Terceiro, se o medo da morte violenta é a condição mesma do processo do
reconhecimento em Hegel, o Holocausto nazista introduz uma completa reformulação desta
posição, ou seja, a morte física do oponente, não sendo dada às vítimas nem a possibilidade de
uma medição de forças. A morte violenta sob a forma da administração dos campos de
concentração era a forma mesma dessa “luta” em verdadeiros campos de assassinato coletivo.

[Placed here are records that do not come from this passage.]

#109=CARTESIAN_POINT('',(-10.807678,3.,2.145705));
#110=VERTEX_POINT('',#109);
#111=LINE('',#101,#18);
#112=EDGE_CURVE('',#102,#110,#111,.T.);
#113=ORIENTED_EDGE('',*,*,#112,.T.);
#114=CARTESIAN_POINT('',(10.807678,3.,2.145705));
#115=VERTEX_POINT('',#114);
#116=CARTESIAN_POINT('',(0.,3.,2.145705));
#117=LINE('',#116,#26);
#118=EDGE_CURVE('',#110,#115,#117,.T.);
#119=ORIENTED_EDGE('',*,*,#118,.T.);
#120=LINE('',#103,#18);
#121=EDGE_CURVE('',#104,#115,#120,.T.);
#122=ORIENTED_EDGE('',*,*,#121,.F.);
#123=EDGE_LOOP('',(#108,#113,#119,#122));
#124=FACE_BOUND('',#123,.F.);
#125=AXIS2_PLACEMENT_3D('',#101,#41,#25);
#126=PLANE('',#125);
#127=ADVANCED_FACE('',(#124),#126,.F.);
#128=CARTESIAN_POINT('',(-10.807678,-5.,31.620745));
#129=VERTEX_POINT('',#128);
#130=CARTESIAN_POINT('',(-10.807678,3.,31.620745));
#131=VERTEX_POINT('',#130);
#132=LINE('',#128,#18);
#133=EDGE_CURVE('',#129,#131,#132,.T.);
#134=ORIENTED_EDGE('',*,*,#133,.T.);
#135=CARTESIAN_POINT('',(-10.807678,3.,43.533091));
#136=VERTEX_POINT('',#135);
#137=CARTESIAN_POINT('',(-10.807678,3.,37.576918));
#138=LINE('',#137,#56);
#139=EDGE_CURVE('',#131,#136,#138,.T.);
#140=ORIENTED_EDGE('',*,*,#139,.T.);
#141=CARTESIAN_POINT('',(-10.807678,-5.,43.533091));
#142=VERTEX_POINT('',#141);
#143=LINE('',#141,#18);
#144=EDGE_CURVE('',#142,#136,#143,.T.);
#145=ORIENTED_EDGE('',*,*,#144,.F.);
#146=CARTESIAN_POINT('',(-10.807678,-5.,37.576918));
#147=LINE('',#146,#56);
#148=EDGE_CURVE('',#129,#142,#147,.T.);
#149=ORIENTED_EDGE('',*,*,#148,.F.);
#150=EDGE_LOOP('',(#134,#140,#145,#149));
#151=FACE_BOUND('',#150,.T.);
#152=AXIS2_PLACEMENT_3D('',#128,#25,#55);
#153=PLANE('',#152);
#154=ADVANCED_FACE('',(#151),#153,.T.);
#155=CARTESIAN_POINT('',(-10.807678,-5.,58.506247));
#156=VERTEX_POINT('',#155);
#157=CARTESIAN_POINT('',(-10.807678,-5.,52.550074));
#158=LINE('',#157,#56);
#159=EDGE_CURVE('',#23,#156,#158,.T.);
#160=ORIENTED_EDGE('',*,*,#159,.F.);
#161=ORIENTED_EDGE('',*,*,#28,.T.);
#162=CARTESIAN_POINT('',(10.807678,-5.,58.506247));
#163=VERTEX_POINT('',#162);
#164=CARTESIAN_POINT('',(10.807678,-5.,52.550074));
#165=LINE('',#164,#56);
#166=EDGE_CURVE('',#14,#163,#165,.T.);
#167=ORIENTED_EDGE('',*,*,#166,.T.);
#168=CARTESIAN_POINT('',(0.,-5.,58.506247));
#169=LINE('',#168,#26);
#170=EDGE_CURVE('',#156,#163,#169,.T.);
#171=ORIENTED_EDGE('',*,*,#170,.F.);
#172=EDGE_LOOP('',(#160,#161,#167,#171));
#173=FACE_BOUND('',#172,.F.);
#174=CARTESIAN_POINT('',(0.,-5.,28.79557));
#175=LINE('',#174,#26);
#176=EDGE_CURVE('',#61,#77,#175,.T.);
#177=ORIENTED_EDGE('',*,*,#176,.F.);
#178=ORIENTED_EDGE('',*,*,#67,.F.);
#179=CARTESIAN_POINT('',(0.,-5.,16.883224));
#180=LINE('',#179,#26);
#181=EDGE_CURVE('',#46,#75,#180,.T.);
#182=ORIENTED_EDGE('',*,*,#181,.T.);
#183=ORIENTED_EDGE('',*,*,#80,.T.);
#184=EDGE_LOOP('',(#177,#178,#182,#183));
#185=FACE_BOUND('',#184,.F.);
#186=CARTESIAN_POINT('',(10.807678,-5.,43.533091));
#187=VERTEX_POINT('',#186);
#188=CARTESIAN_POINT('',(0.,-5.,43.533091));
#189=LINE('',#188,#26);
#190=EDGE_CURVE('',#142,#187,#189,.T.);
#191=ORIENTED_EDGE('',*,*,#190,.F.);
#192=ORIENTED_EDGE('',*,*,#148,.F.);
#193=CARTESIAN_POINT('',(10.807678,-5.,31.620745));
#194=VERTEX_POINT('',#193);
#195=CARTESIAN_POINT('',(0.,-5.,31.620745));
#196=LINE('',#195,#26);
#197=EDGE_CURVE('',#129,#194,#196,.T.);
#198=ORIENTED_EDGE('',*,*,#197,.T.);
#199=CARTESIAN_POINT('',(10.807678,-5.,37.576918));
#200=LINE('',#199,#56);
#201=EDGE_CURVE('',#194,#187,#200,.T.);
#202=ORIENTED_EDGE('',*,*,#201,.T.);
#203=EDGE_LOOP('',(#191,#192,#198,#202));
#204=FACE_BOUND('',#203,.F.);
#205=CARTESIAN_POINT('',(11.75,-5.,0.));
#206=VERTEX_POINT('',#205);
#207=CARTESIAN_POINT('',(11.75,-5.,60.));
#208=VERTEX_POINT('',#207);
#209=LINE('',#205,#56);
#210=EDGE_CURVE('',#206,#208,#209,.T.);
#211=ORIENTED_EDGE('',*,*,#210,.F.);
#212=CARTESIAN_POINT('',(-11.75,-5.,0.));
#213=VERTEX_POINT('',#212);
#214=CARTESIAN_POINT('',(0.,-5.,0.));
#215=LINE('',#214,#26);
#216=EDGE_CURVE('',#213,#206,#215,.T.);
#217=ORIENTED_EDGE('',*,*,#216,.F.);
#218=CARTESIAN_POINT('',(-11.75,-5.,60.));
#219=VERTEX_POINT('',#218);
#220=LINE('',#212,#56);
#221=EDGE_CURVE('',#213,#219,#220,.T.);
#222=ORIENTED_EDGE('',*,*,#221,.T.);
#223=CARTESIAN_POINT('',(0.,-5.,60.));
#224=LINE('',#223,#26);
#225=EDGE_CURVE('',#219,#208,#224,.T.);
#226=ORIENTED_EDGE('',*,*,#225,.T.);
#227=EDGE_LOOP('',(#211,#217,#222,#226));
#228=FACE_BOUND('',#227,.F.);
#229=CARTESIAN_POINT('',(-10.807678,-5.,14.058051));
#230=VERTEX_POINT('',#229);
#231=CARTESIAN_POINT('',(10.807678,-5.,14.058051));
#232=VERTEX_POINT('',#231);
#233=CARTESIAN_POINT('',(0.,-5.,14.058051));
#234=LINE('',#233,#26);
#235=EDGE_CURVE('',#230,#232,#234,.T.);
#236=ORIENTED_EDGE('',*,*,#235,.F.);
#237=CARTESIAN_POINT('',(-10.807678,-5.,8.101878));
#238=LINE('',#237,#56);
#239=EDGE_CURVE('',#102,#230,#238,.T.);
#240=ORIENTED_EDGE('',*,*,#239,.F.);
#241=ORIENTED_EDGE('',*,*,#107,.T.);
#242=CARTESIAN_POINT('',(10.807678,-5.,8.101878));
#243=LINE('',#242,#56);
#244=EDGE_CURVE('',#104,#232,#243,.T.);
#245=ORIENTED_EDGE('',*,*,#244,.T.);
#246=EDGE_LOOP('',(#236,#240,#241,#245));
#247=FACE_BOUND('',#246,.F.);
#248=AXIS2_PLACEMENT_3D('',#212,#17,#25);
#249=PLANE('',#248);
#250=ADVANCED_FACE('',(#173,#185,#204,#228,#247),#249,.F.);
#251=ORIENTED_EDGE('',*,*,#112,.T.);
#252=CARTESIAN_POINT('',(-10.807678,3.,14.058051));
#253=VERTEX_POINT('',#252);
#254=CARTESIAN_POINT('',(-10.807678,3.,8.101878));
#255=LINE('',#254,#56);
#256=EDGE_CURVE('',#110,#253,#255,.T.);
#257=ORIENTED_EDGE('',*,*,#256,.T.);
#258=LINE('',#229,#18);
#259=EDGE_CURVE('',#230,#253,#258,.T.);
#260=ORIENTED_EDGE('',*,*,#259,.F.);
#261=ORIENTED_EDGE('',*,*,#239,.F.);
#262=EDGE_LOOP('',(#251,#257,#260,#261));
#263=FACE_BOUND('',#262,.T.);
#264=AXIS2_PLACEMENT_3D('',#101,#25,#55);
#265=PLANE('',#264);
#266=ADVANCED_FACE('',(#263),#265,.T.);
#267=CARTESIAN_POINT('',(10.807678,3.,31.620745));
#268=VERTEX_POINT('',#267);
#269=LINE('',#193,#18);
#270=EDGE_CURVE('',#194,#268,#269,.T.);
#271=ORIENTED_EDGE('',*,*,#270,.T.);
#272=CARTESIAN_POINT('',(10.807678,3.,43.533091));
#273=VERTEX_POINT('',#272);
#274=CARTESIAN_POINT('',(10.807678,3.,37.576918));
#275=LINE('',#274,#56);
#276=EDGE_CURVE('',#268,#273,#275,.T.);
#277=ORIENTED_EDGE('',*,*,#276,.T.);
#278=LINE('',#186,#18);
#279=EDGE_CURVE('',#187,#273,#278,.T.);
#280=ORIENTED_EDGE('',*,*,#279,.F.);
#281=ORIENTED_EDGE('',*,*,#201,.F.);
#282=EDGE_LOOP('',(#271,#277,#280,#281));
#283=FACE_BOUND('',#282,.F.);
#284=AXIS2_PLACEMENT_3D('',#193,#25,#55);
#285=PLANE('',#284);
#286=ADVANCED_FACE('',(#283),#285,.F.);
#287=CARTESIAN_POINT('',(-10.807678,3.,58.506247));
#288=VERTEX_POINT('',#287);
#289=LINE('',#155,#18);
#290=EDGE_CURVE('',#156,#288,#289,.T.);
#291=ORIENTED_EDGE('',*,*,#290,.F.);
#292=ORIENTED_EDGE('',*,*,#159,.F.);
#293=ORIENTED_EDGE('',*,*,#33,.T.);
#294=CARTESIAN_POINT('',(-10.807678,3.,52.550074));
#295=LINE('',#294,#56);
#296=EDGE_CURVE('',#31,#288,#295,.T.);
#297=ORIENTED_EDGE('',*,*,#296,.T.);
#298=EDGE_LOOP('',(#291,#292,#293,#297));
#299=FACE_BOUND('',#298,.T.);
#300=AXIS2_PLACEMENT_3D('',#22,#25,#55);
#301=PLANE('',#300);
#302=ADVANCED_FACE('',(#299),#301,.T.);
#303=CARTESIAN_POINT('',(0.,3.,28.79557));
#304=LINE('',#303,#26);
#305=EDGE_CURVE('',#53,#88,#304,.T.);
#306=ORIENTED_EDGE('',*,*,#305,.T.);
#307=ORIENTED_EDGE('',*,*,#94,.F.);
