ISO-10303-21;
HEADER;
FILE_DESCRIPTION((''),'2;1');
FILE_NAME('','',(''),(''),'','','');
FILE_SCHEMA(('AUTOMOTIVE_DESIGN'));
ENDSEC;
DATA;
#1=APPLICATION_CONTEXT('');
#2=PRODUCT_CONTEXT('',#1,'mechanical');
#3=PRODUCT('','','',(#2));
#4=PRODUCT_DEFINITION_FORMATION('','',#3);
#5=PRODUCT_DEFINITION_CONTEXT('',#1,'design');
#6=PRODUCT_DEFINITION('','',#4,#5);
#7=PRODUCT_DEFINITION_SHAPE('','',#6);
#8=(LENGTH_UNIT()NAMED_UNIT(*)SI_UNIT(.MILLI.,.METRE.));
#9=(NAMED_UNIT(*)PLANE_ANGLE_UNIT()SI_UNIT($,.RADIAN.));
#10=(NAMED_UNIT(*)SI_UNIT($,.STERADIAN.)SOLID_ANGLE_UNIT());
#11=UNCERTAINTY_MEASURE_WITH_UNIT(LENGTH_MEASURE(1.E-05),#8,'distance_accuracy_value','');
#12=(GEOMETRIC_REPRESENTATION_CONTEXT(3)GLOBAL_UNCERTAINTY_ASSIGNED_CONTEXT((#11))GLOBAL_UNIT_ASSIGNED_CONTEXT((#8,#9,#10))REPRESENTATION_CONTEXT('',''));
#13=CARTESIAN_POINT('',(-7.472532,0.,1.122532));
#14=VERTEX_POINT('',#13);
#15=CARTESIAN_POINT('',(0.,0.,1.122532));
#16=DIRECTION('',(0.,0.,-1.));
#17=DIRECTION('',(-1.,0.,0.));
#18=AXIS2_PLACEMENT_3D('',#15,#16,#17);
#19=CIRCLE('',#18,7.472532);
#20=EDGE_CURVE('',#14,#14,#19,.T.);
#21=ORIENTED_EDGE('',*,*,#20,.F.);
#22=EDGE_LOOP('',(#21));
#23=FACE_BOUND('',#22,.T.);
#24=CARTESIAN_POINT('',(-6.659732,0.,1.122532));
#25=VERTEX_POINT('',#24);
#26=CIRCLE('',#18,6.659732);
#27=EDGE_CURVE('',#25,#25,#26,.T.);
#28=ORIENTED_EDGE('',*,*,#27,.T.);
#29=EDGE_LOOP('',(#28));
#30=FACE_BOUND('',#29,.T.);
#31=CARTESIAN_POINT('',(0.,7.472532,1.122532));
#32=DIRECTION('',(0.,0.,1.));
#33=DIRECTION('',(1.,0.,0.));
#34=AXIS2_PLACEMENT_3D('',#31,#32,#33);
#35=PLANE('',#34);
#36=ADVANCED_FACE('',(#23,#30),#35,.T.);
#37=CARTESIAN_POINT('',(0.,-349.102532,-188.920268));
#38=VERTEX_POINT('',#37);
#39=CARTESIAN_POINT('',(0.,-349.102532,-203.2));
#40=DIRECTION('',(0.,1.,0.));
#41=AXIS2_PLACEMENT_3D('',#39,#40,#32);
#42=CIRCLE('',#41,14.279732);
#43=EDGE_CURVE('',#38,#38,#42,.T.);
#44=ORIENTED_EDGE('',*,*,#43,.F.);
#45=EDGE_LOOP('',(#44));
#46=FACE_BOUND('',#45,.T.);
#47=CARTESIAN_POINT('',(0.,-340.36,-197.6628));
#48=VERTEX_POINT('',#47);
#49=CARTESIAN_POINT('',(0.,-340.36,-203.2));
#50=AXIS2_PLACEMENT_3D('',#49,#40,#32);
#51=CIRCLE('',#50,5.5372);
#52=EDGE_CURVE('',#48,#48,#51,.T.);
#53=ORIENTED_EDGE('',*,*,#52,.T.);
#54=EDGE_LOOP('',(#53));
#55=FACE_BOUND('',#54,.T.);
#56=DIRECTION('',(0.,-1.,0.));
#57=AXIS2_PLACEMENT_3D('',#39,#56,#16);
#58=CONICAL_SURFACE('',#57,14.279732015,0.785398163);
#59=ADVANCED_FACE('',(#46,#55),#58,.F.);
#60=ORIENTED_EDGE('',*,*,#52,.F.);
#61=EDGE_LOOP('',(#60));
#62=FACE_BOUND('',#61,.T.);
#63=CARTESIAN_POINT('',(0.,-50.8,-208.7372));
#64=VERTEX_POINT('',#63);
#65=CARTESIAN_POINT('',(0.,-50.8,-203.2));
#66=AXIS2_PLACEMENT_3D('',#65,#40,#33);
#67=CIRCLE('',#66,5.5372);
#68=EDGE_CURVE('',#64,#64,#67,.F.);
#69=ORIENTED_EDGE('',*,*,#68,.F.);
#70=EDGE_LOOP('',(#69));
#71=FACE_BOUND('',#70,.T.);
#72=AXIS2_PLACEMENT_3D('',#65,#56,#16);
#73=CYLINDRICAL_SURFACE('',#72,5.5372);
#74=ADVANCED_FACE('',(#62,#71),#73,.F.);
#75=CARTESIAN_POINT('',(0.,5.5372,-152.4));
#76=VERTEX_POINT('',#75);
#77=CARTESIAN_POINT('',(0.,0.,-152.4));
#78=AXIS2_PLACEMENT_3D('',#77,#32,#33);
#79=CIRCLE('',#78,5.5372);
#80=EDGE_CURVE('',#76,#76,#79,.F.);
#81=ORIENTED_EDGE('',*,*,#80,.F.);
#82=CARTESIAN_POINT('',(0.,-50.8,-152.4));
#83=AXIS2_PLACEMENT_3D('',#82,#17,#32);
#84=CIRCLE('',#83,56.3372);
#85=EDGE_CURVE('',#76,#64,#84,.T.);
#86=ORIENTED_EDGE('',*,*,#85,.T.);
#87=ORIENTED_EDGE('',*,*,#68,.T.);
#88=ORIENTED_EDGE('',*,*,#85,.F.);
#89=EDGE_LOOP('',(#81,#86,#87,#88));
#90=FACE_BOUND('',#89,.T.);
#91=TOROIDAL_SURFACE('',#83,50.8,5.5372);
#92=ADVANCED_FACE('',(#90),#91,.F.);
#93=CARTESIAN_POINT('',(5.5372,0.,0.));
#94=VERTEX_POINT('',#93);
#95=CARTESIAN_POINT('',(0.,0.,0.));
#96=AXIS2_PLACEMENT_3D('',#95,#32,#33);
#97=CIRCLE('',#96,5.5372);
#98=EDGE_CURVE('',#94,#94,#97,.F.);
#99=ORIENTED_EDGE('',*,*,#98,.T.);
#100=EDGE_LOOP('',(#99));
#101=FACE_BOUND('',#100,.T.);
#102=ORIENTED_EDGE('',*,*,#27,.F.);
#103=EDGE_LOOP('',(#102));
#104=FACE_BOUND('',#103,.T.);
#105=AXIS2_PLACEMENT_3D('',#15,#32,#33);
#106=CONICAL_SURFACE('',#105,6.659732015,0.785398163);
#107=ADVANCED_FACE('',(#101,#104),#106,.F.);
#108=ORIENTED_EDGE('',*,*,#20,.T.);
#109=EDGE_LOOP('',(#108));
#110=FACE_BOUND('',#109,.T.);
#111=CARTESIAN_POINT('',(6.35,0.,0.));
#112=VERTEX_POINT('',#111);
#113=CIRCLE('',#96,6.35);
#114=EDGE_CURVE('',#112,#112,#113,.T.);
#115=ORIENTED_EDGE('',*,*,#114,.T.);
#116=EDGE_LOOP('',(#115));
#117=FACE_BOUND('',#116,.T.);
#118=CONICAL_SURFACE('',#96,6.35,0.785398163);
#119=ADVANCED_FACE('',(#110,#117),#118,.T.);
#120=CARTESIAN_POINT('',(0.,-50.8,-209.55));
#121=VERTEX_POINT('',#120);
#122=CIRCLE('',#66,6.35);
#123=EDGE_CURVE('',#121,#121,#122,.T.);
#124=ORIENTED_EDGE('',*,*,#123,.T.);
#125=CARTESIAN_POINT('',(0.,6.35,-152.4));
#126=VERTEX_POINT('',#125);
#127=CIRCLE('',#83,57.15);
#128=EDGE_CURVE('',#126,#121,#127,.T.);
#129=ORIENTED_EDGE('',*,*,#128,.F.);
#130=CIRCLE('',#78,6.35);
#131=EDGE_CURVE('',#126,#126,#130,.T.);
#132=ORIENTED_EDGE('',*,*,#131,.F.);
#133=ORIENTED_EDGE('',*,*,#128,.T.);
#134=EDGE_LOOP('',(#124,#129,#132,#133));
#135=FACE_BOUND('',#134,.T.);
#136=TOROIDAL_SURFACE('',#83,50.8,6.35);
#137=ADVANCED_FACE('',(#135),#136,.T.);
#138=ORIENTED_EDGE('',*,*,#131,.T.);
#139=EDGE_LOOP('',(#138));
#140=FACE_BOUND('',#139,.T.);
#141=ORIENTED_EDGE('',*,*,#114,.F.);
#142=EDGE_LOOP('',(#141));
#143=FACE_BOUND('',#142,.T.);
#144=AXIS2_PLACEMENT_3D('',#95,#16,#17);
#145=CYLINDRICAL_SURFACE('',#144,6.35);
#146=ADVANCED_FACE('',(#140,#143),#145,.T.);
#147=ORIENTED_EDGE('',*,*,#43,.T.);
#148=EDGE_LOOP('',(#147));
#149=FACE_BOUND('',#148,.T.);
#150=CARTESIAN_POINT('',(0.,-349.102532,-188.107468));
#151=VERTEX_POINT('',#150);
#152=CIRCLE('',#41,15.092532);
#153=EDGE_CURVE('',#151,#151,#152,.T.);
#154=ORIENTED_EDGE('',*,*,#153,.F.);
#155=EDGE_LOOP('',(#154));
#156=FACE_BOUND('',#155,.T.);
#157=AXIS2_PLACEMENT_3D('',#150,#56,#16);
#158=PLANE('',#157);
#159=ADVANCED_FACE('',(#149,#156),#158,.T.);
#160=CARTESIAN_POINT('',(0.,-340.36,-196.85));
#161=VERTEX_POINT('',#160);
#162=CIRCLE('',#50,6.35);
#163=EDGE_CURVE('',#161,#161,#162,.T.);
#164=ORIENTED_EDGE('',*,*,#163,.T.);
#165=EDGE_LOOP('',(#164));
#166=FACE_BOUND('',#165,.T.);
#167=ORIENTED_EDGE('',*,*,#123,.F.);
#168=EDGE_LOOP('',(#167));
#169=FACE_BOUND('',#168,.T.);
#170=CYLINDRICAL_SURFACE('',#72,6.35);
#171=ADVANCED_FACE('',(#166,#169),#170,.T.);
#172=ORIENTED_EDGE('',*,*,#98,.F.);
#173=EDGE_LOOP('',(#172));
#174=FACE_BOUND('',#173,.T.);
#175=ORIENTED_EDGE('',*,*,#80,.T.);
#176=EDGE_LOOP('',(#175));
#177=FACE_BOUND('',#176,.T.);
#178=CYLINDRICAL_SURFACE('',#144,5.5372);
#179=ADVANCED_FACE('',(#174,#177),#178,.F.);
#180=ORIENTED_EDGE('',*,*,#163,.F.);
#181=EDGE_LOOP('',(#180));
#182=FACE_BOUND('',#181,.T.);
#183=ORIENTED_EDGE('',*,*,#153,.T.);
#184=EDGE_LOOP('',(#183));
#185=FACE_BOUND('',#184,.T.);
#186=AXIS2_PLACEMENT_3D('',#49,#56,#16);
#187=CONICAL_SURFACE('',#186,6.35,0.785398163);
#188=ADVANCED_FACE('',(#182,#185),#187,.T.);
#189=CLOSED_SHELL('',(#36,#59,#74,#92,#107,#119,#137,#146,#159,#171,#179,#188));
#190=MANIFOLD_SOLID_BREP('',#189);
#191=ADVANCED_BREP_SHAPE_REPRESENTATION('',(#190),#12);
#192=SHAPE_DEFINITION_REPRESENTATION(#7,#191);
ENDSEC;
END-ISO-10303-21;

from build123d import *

# Parameters (mm, degrees)
SKETCH1_R   = 6.35
SKETCH1_R_2 = 5.5372


with BuildPart() as part:
    # Sweep1: sweep along a path in Sketch2
    with BuildLine(Plane(origin=(0, 0, 0), x_dir=(0, 0, -1), z_dir=(1, 0, 0))) as sweep1_path:
        Line((0, 0), (152.4, 0))
        ThreePointArc((152.4, 0), (188.321024484, -14.878975516), (203.2, -50.8))
        Line((203.2, -50.8), (203.2, -340.36))
    # Sketch1 → Sweep1 (sweep)
    with BuildSketch(Plane.XY):
        Circle(SKETCH1_R)
        Circle(SKETCH1_R_2, mode=Mode.SUBTRACT)
    sweep(path=sweep1_path.line)

    # Sketch3 → Revolve1 (revolve)
    with BuildSketch(Plane(origin=(0, 0, 0), x_dir=(0, 0, -1), z_dir=(1, 0, 0))):
        Polygon((0, 5.5372), (-1.122532015, 6.659732015), (-1.122532015, 7.472532015), (0, 6.35), align=None)
    revolve(axis=Axis((0, 0, -10.129320082), (0, 0, 1)))

    # Sketch4 → Revolve2 (revolve)
    with BuildSketch(Plane(origin=(0, 0, 0), x_dir=(0, 0, -1), z_dir=(1, 0, 0)), mode=Mode.PRIVATE) as revolve2_sk:
        Polygon((196.85, -340.36), (188.107467985, -349.102532015), (188.920267985, -349.102532015), (197.6628, -340.36), align=None)
    revolve(revolve2_sk.sketch.rotate(Axis((0, -309.261339279, -203.2), (0, -1, 0)), 180), axis=Axis((0, -309.261339279, -203.2), (0, -1, 0)))


solid = part.part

Era a condição mesma de eliminação do medo da morte violenta enquanto condição de
contendores, que poderiam entrar em um processo de reconhecimento. Em linguagem
schmittiana, era a guerra mesmo no combate ao inimigo interno, aquele que teria ameaçado o
modo de vida alemão. Eis o desdobramento da distinção amigo/inimigo quando aplicada
arbitrariamente na identificação do “inimigo” segundo o “Führerprinzip”.
O combate entre as consciências de si, frise-se, não é um combate de consciências de si
que se enfrentam no campo de ideias ou de proposições desvinculadas da vida, atos
argumentativos, mas trata-se de uma luta à morte em que os corpos se combatem, um
procurando agir sobre o desejo alheio, procurando, dele, apropriar-se e pô-lo a seu serviço. A
luta pelo prestígio, na formulação de Kojève (2002), é uma luta que se inscreve em um
contexto desejante de captura do outro, tendo a ameaça da morte como seu contexto
definidor. Hobbesianamente, trata-se do choque dos corpos, em um crescendo de violência,
que pode culminar na eliminação do outro se o Estado não intervir enquanto força mediadora.
No estado de natureza, porém, é o que ocorre, a morte do outro podendo ser o seu desfecho
natural. Atente-se para o fato de que, para Hegel, não estamos diante de uma contraposição
argumentativa, em jogos de linguagem e de concepções, mas de um combate existencial pela
vida, sendo o medo da morte o seu acompanhante.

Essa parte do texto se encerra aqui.